↓↓↓

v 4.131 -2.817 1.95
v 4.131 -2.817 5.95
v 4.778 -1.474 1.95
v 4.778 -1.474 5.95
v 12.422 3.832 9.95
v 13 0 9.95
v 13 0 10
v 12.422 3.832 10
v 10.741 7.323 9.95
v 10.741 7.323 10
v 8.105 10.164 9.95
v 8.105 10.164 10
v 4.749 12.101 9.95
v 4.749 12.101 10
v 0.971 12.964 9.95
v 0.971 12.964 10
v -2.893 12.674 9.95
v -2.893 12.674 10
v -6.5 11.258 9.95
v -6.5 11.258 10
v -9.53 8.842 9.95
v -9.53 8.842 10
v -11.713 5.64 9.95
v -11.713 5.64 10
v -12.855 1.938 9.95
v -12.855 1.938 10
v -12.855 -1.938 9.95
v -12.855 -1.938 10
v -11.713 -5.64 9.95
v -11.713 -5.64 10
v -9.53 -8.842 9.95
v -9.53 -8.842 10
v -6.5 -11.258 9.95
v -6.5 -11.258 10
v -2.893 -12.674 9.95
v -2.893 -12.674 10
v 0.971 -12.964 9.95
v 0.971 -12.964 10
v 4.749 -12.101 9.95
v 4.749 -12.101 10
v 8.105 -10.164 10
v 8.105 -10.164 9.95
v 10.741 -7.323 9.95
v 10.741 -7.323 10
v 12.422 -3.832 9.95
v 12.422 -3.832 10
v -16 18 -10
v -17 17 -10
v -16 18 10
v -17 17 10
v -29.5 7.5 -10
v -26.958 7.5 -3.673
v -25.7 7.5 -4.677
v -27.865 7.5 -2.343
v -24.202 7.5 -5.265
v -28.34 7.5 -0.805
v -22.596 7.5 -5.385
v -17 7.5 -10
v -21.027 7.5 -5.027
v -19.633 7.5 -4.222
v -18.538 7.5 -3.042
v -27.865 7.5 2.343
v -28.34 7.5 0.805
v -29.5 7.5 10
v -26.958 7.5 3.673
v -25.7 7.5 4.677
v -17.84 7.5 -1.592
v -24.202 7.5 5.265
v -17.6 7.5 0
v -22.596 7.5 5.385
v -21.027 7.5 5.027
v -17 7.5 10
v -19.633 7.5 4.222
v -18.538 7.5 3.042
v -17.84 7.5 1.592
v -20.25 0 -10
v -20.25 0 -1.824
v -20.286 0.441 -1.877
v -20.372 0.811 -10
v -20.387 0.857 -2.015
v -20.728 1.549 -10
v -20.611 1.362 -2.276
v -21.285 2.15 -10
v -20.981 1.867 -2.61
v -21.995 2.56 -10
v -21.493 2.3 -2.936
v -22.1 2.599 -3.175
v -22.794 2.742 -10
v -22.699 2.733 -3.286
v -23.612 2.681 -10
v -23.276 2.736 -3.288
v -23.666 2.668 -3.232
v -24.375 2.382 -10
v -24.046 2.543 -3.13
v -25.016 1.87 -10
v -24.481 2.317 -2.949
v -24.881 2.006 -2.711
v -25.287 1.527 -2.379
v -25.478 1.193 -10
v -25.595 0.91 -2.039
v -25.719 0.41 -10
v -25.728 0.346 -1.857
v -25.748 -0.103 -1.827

↑↑↑

Exercise details: What you return should consist solely of the lines from the one containing "v 0.971 -12.964 9.95" through the end of the entries above, reproduced exactly.

Result below:
v 0.971 -12.964 9.95
v 0.971 -12.964 10
v 4.749 -12.101 9.95
v 4.749 -12.101 10
v 8.105 -10.164 10
v 8.105 -10.164 9.95
v 10.741 -7.323 9.95
v 10.741 -7.323 10
v 12.422 -3.832 9.95
v 12.422 -3.832 10
v -16 18 -10
v -17 17 -10
v -16 18 10
v -17 17 10
v -29.5 7.5 -10
v -26.958 7.5 -3.673
v -25.7 7.5 -4.677
v -27.865 7.5 -2.343
v -24.202 7.5 -5.265
v -28.34 7.5 -0.805
v -22.596 7.5 -5.385
v -17 7.5 -10
v -21.027 7.5 -5.027
v -19.633 7.5 -4.222
v -18.538 7.5 -3.042
v -27.865 7.5 2.343
v -28.34 7.5 0.805
v -29.5 7.5 10
v -26.958 7.5 3.673
v -25.7 7.5 4.677
v -17.84 7.5 -1.592
v -24.202 7.5 5.265
v -17.6 7.5 0
v -22.596 7.5 5.385
v -21.027 7.5 5.027
v -17 7.5 10
v -19.633 7.5 4.222
v -18.538 7.5 3.042
v -17.84 7.5 1.592
v -20.25 0 -10
v -20.25 0 -1.824
v -20.286 0.441 -1.877
v -20.372 0.811 -10
v -20.387 0.857 -2.015
v -20.728 1.549 -10
v -20.611 1.362 -2.276
v -21.285 2.15 -10
v -20.981 1.867 -2.61
v -21.995 2.56 -10
v -21.493 2.3 -2.936
v -22.1 2.599 -3.175
v -22.794 2.742 -10
v -22.699 2.733 -3.286
v -23.612 2.681 -10
v -23.276 2.736 -3.288
v -23.666 2.668 -3.232
v -24.375 2.382 -10
v -24.046 2.543 -3.13
v -25.016 1.87 -10
v -24.481 2.317 -2.949
v -24.881 2.006 -2.711
v -25.287 1.527 -2.379
v -25.478 1.193 -10
v -25.595 0.91 -2.039
v -25.719 0.41 -10
v -25.728 0.346 -1.857
v -25.748 -0.103 -1.827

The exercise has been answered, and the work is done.